Very cool! This is also one of my beliefs in building tools for research, that if you can solve the problem of predicting and ranking the top references for a given idea, then you've learned to understand a lot about problem solving and decomposing problems into their ingredients. I've been pleasantly surprised by how well LLMs can rank relevance, compared to supervised training of a relevancy score. I'll read the linked paper (shameless plug, here it is on my research tools site: https://sugaku.net/oa/W4401043313/)

rfurmani · 2025-02-16T19:46:03 1739735163

I'm serving AI models on Lambda Labs and after some trial and error I found having a single vllm server along with caddy, behind cloudflare dns, to work really well and really easy to set up

vllm serve ${MODEL_REPO} --dtype auto --api-key $HF_TOKEN --guided-decoding-backend outlines --disable-fastapi-docs &

sudo caddy reverse-proxy --from ${SUBDOMAIN}.sugaku.net --to localhost:8000 &

homebrewer · 2025-02-17T00:53:41 1739753621

It's really best to avoid running web servers as root. It's easy to forward the port 80 with iptables, change the kernel knob to let unprivileged users use port 80 and above, or set the network capability on the binary.

https://stackoverflow.com/questions/413807/

delduca · 2025-02-16T19:53:44 1739735624

You can use Cloudflare Tunnel, which is even better and simple than having an extra service.

rfurmani · 2025-02-15T00:15:09 1739578509

As a former mathematician, I found research to be a very winding path. While that can be fun, I felt there's a lot of opportunity to train LLMs and ML models on the corpus of math papers, to try to make research more deliberate and less reliant on talking to the right person at the right time.

This is very much a work in progress but so far you can:

* Browse through similar papers

* Get recommendations for new papers and collaborators

* Chat with papers and ask questions to all the major reasoning models

* Have it come up with future paper ideas (along with references) giving a potential title or collaborators.

My focus very much is on the exploratory stages since that's where a lot of the time is spent, but I intend to integrate more tools for problem solving, writing, and computation.

ccppurcell · 2025-02-17T17:11:51 1739812311

I think you should have some "about us" section on your webpage if you want people to give their email addresses. I already get loads of spam that knows my email address belongs to someone with a PhD (though they are often shaky on the details). I looked at your site and there's no information about who is doing it and why.
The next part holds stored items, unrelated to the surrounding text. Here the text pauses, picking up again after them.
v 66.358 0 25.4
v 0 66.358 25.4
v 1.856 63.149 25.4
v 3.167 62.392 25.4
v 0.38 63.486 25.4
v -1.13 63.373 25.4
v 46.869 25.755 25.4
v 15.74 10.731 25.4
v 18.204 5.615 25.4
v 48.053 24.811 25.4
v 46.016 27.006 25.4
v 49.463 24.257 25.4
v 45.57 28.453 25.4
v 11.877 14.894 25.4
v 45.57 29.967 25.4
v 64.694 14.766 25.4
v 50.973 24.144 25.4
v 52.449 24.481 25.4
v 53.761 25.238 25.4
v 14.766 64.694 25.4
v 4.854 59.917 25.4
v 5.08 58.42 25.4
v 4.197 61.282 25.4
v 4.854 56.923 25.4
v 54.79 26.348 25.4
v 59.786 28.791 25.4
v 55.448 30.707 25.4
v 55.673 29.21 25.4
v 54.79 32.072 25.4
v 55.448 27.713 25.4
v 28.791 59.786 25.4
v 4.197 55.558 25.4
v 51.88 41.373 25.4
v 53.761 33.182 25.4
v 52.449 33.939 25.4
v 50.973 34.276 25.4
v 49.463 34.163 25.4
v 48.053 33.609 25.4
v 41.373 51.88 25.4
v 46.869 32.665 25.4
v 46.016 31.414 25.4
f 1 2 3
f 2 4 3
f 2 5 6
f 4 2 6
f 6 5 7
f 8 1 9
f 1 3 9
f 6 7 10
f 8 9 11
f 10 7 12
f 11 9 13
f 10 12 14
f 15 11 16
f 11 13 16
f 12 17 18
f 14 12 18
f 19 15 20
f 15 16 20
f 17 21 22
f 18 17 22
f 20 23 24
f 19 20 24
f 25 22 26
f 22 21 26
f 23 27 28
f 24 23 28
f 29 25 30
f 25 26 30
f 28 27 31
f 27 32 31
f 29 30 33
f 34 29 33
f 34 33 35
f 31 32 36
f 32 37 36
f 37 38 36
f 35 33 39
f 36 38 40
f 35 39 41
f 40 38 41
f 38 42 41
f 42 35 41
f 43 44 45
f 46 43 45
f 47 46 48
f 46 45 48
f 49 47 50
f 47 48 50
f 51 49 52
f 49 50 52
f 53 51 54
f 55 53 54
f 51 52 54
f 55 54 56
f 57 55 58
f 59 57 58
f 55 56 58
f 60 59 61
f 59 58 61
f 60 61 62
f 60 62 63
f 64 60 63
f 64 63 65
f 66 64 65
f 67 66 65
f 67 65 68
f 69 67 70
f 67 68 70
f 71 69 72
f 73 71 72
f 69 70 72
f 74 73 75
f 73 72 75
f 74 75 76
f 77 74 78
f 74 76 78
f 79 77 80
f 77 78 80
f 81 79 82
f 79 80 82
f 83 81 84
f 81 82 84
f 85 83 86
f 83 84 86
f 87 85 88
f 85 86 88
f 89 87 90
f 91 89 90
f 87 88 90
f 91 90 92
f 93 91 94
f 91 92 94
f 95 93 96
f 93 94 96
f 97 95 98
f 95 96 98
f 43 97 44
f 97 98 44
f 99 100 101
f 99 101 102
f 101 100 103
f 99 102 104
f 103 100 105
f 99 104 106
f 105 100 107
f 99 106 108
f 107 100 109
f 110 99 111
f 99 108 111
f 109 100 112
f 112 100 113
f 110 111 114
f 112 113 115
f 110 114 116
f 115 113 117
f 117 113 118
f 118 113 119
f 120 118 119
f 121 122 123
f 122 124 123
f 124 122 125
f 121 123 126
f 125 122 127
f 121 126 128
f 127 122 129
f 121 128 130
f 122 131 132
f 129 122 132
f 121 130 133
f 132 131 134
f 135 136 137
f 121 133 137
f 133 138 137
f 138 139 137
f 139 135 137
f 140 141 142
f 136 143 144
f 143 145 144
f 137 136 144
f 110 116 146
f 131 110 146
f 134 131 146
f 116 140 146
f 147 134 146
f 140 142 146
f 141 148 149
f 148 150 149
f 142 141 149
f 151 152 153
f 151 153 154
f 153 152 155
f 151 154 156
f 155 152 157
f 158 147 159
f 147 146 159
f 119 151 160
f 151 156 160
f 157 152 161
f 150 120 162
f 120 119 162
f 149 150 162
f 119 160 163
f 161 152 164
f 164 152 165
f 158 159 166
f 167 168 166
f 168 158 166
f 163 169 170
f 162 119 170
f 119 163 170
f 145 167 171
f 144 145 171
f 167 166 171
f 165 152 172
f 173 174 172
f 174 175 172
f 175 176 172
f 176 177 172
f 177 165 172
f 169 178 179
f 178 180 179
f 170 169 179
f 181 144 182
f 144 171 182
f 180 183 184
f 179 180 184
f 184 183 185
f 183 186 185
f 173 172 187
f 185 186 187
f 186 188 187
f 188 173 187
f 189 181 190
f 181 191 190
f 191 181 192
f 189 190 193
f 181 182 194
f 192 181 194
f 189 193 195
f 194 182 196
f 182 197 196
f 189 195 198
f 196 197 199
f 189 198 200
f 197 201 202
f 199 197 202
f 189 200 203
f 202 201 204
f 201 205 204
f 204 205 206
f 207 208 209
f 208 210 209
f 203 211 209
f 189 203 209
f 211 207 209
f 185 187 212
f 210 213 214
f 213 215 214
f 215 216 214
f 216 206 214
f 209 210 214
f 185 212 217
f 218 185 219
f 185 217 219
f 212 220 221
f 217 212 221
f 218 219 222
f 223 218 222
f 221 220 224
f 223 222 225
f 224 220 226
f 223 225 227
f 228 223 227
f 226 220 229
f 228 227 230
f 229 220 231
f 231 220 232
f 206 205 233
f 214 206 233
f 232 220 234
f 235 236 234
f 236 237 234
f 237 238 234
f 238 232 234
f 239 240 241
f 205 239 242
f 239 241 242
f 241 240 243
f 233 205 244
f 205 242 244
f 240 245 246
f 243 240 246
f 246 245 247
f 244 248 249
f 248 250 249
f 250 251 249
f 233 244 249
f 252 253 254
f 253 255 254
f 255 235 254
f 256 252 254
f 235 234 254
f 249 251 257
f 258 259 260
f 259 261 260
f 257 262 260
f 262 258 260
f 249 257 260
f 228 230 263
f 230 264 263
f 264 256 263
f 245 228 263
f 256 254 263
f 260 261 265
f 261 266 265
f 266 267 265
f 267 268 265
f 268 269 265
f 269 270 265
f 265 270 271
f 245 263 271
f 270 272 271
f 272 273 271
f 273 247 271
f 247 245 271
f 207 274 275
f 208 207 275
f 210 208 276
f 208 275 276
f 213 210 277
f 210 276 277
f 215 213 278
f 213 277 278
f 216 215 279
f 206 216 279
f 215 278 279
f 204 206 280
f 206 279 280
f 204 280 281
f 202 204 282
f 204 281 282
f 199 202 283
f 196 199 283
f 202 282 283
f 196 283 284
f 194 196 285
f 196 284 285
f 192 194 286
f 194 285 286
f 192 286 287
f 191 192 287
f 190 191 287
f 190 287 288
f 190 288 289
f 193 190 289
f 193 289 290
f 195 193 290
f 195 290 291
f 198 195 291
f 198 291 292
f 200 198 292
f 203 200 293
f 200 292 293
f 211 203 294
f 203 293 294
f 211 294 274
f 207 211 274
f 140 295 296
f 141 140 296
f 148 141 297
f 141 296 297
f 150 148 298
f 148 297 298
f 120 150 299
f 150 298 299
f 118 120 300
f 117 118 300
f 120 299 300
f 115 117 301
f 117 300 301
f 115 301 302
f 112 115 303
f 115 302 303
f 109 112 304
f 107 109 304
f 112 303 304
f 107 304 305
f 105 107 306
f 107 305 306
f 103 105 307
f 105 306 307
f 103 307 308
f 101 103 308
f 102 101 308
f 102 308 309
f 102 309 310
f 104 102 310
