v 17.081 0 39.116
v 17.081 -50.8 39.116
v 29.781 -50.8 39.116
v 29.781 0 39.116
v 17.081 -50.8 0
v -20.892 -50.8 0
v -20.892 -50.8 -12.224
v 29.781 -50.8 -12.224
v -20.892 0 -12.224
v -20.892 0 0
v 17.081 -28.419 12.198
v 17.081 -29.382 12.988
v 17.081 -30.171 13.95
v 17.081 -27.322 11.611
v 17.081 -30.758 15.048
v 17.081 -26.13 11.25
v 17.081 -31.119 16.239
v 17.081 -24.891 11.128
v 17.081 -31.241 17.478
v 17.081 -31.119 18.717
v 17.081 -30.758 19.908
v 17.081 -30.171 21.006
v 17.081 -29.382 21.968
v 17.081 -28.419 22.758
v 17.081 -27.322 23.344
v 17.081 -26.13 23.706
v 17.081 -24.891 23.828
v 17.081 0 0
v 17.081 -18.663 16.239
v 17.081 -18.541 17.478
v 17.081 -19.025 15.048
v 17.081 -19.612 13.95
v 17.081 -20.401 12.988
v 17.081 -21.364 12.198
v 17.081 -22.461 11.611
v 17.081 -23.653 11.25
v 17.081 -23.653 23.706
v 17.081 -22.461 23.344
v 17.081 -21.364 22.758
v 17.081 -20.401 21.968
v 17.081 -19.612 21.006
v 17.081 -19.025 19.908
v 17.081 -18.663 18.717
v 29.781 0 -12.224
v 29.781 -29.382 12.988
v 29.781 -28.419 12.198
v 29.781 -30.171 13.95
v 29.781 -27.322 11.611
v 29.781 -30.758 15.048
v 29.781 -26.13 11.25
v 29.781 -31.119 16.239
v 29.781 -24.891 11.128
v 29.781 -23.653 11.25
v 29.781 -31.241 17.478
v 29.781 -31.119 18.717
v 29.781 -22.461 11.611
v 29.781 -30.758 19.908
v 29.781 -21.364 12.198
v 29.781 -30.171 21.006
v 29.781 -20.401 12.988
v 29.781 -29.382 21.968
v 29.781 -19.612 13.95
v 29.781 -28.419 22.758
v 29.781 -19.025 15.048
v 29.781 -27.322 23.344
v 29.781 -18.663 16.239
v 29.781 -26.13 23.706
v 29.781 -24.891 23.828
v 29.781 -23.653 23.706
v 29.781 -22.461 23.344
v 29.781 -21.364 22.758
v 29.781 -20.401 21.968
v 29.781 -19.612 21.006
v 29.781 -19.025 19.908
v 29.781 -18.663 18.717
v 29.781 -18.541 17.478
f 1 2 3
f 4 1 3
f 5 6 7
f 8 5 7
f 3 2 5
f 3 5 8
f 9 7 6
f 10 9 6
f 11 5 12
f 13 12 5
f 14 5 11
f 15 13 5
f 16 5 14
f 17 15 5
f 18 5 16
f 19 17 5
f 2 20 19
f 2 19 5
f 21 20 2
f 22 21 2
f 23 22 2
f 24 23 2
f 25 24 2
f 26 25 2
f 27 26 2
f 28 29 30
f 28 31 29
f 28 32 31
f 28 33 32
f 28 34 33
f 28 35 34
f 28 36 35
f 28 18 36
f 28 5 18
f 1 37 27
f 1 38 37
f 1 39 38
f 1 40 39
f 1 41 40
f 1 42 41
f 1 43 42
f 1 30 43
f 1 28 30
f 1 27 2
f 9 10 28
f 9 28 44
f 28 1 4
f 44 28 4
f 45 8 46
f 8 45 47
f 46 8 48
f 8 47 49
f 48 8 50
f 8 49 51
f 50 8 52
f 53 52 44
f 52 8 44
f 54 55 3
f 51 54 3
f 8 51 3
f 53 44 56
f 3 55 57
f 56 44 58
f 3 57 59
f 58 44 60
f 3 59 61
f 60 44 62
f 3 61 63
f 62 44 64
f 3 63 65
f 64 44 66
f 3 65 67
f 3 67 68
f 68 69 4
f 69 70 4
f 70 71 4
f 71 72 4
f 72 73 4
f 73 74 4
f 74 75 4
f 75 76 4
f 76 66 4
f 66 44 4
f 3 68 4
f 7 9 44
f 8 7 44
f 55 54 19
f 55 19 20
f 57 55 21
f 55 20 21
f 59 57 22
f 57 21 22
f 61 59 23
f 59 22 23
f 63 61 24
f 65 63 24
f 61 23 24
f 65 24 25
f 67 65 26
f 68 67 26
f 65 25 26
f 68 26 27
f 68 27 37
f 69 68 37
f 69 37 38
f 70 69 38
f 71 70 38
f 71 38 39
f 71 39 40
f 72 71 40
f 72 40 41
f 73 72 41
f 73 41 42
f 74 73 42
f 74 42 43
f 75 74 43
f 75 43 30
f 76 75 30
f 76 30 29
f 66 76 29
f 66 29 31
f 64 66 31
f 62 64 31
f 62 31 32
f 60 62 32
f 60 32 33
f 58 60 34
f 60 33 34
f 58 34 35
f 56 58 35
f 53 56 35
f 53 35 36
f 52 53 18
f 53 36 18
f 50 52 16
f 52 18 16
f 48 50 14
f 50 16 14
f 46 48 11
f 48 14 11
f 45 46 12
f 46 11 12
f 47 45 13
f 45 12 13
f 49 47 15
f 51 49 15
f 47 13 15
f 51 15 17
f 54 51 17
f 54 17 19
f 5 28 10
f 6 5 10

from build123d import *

# Parameters (mm, degrees)
F0_W     = 50.6729986519
F0_H     = 51.3397492468
F1_DEPTH = 50.8
F2_W     = 37.9729986519
F2_H     = 39.115998894
F5_DEPTH = 25.4
F6_DEPTH = 25.4
F7_R     = 6.35
F8_DEPTH = 25.4


with BuildPart() as f1:
    # F0 (on Front) → F1 (new body)
    with BuildSketch(Plane.XZ):
        with Locations((4.444998689, 13.4461242706)):
            Rectangle(F0_W, F0_H)
    extrude(amount=F1_DEPTH)

    # F2 (on face) → F5 (cut)
    with BuildSketch(Plane(origin=(0, 0, 0), x_dir=(-1, 0, 0), z_dir=(0, 1, 0))):
        with Locations((1.905001311, 19.557999447)):
            Rectangle(F2_W, F2_H)
    extrude(amount=-F5_DEPTH, mode=Mode.SUBTRACT)

    # F6 (cut): a face of the model
    f6_faces = [f1.faces().sort_by_distance(p)[0] for p in [
        (-1.905001311, -25.4, 19.557999447),
    ]]
    extrude(f6_faces, amount=-F6_DEPTH, mode=Mode.SUBTRACT)

    # F7 (on face) → F8 (cut)
    with BuildSketch(Plane(origin=(17.0814980149, 0, 0), x_dir=(0, -1, 0), z_dir=(-1, 0, 0))):
        with Locations((24.8914603144, 17.4777153879)):
            Circle(F7_R)
    extrude(amount=-F8_DEPTH, mode=Mode.SUBTRACT)


solid = f1.part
rfurmani · 2025-02-17T19:02:11 1739818931

That's fair, though there's not much to say since I'm building it out myself as a benefit corporation. I also have strict opt-out for any communications and a proper privacy policy.

I've also tried to keep as much as I can accessible without login, but I want to protect some of the more expensive features from being spammed.
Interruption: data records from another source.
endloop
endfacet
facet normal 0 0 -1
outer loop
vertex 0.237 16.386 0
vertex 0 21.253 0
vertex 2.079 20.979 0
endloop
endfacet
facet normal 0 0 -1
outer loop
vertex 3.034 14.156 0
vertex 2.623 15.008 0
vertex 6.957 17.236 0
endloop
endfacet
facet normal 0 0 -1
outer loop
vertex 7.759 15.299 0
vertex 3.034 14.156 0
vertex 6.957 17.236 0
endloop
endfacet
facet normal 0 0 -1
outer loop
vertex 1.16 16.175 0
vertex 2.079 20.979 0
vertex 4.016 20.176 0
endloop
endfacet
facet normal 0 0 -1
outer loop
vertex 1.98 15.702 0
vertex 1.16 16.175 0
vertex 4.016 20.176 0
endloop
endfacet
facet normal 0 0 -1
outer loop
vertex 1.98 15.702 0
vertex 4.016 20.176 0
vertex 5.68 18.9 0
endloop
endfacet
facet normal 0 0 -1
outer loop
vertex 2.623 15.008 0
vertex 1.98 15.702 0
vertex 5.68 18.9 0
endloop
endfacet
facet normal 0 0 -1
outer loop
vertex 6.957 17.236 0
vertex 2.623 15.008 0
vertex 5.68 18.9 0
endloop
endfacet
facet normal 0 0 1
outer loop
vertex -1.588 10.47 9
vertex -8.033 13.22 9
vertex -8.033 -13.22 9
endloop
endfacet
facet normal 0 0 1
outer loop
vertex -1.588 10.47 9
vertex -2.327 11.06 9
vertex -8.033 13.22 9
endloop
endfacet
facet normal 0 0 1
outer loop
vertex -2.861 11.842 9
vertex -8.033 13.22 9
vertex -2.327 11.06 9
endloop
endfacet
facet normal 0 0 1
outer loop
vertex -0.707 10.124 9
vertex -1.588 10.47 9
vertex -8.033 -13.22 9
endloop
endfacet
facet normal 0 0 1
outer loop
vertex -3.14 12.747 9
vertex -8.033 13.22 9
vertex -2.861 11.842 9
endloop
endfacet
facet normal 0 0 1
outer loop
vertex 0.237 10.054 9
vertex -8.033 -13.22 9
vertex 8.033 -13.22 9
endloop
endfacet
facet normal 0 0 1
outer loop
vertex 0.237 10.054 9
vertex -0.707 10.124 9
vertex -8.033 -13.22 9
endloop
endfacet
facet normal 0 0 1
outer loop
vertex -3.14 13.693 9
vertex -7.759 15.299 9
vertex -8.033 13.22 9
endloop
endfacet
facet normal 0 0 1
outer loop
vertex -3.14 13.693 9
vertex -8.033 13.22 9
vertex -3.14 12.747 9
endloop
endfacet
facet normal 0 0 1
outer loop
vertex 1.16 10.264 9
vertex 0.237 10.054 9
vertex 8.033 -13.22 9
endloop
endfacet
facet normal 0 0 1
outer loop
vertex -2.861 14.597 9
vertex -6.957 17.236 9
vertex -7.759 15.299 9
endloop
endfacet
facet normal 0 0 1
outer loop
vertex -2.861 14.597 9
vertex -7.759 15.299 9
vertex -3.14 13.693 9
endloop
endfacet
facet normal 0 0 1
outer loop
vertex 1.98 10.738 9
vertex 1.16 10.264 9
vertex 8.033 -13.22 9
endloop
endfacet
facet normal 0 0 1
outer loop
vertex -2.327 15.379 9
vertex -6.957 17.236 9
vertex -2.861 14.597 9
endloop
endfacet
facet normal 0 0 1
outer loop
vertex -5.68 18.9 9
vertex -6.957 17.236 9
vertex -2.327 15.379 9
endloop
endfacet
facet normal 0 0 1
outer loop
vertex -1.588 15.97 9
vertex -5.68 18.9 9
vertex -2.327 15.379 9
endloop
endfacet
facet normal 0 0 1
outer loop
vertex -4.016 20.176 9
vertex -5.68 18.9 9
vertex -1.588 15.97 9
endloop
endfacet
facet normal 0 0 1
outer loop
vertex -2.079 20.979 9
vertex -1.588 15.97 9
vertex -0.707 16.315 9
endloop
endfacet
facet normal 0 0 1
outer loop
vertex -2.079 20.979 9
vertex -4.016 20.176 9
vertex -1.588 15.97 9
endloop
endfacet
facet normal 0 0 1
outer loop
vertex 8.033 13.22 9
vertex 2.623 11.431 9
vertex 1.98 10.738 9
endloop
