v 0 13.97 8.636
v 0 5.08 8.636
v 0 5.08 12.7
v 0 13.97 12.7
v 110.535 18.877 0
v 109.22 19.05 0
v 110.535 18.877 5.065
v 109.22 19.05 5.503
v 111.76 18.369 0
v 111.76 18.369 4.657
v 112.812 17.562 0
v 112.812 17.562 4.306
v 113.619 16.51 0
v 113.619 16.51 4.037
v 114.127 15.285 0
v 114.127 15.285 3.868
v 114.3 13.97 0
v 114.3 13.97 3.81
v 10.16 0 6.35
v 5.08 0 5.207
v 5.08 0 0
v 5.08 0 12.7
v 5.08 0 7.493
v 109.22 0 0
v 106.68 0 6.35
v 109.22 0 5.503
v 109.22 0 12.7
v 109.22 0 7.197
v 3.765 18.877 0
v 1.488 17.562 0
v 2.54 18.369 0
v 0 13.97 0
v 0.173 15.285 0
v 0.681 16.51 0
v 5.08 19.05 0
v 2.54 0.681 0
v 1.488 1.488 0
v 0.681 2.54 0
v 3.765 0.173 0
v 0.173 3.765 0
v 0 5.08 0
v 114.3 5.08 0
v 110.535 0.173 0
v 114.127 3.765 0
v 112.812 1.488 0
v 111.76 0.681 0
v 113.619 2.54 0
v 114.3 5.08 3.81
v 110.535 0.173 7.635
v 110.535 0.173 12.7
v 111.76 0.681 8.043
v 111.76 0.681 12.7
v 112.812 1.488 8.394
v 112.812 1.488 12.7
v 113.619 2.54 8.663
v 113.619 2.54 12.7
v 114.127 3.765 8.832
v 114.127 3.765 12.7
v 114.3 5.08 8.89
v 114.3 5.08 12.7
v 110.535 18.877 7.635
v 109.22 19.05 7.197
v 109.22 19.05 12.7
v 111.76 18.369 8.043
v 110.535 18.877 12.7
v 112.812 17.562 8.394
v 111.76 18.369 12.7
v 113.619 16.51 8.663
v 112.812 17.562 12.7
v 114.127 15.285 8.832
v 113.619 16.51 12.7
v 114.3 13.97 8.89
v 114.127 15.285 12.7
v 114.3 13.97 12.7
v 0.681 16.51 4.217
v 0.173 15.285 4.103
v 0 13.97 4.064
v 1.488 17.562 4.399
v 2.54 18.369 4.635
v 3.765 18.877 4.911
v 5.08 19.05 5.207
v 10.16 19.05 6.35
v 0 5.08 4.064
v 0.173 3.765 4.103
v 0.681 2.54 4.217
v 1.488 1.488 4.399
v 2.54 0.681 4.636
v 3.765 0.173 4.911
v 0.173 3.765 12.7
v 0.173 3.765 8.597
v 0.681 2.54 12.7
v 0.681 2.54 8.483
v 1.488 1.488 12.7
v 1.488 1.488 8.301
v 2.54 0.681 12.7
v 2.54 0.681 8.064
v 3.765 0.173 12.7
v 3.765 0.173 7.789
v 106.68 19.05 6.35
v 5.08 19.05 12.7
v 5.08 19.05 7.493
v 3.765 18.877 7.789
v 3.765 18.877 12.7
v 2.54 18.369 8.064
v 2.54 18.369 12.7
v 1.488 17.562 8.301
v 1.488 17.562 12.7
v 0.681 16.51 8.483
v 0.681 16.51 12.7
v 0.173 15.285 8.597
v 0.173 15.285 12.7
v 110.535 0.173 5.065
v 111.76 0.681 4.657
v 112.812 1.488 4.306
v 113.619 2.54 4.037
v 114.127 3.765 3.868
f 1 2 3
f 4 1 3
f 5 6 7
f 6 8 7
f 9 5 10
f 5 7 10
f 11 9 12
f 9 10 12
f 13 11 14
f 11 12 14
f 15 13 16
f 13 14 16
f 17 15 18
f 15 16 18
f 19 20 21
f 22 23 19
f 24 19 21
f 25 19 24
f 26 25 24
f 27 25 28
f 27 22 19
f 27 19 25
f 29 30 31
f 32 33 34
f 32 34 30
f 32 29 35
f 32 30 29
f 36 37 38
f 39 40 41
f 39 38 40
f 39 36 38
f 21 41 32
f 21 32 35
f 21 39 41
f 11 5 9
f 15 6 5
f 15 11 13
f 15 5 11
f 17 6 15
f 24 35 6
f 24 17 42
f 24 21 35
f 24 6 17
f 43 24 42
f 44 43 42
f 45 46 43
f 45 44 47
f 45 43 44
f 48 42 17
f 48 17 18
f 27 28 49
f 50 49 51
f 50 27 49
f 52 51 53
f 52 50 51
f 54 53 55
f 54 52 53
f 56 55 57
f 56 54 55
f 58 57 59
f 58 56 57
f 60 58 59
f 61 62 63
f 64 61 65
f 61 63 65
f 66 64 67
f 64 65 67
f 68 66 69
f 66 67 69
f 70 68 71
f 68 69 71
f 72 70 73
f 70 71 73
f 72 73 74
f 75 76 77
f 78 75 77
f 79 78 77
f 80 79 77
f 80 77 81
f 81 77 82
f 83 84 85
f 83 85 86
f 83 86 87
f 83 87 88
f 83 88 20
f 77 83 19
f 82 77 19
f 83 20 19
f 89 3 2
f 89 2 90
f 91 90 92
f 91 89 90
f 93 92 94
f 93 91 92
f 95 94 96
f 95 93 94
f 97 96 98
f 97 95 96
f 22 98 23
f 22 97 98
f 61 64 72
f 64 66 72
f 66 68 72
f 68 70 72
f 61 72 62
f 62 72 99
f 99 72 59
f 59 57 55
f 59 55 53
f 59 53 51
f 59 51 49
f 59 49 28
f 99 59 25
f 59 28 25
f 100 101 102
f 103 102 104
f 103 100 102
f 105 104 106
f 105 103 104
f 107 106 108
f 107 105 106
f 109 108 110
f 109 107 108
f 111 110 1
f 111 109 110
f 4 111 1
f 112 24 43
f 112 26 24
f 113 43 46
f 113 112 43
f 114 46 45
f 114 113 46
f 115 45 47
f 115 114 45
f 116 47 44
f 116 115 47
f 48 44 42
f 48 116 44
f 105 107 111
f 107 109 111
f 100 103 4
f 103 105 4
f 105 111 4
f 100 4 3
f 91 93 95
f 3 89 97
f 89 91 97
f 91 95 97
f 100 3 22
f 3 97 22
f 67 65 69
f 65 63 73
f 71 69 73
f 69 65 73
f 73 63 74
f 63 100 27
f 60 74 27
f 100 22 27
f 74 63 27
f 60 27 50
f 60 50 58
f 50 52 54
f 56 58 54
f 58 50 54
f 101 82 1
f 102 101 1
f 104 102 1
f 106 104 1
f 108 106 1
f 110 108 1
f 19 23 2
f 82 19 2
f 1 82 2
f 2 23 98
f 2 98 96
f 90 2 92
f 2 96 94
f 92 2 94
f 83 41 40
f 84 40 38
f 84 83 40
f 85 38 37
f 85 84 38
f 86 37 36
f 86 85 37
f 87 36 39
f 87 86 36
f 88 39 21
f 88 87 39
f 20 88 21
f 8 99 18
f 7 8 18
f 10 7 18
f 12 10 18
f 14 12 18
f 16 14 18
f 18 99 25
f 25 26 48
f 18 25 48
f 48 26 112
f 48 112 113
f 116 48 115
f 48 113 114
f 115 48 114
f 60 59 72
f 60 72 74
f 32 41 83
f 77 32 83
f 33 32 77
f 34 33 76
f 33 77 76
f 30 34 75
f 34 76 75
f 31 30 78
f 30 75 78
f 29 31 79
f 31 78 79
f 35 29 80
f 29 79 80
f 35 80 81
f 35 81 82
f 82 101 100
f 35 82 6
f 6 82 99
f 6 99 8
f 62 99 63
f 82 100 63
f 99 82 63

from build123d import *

# Parameters (mm, degrees)
F0_W     = 114.3
F0_H     = 12.7
F1_DEPTH = 19.05
F3_R     = 5.08
F4_DEPTH = 19.05
F5_R     = 5.08
F7_DEPTH = 25.4
F8_R     = 5.08


with BuildPart() as f1:
    # F0 (on Front) → F1 (new body)
    with BuildSketch(Plane.XZ):
        with Locations((57.15, 6.35)):
            Rectangle(F0_W, F0_H)
    extrude(amount=-F1_DEPTH)

    # F3
    f3_edges = [f1.edges().sort_by_distance(p)[0] for p in [
        (0, 0, 6.35),
    ]]
    fillet(f3_edges, radius=F3_R)

    # F2 (on face) → F4 (cut)
    with BuildSketch(Plane.XZ):
        Polygon((10.16, 6.35), (0, 8.636), (0, 4.064), align=None)
    extrude(amount=-F4_DEPTH, mode=Mode.SUBTRACT)

    # F5
    f5_edges = [f1.edges().sort_by_distance(p)[0] for p in [
        (0, 19.05, 10.668),
        (0, 19.05, 2.032),
    ]]
    fillet(f5_edges, radius=F5_R)

    # F6 (on face) → F7 (cut)
    with BuildSketch(Plane.XZ):
        Polygon((114.3, 3.81), (114.3, 8.89), (106.68, 6.35), align=None)
    extrude(amount=-F7_DEPTH, mode=Mode.SUBTRACT)

    # F8
    f8_edges = [f1.edges().sort_by_distance(p)[0] for p in [
        (114.3, 0, 10.795),
        (114.3, 0, 1.905),
        (114.3, 19.05, 10.795),
        (114.3, 19.05, 1.905),
    ]]
    fillet(f8_edges, radius=F8_R)


solid = f1.part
Without signup up you can:

* explore works (but not chat with them) https://sugaku.net/oa/W4206400500/

* explore authors https://sugaku.net/oa/A5059543195/

* see and share AI answers (eg https://sugaku.net/qna/4e59662a-a938-404e-8c0b-b9dc79e37c29/ and https://sugaku.net/qna/517930ff-42ad-47c5-9d9c-e807d06a8453/)

* prompt for new paper ideas https://sugaku.net/current/papergen/

* see and share these ideas https://sugaku.net/current/papergen/idea/719aed36-8dcd-4fd1-...

paulpauper · 2025-02-17T17:40:50 1739814050

No matter how original you think you are, it's almost always already been done. You think you found a new theorem and then you check some old pdf from 20+ years ago and it's already been done.

If you can pull it off, and the result is actually novel and not trivial, you can get a PhD. that is how hard it is.

rfurmani · 2025-02-17T18:55:02 1739818502

The flipside of that is seeing hints of a result that would be really helpful. I still remember how excited I was to stumble on a book from 1931 (The Taylor Series by Dienes) since it had the only english-language proofs of some results by Szego and Polya that I felt could unblock my research. My hope is that this discovery problem can be largely solved.

This is also why I'm not as excited by the focus on pure reasoning and olympiad problem solving in the math and AI space. It's like the early career phase of trying to solve Collatz and Riemann but just repeating work from decades ago.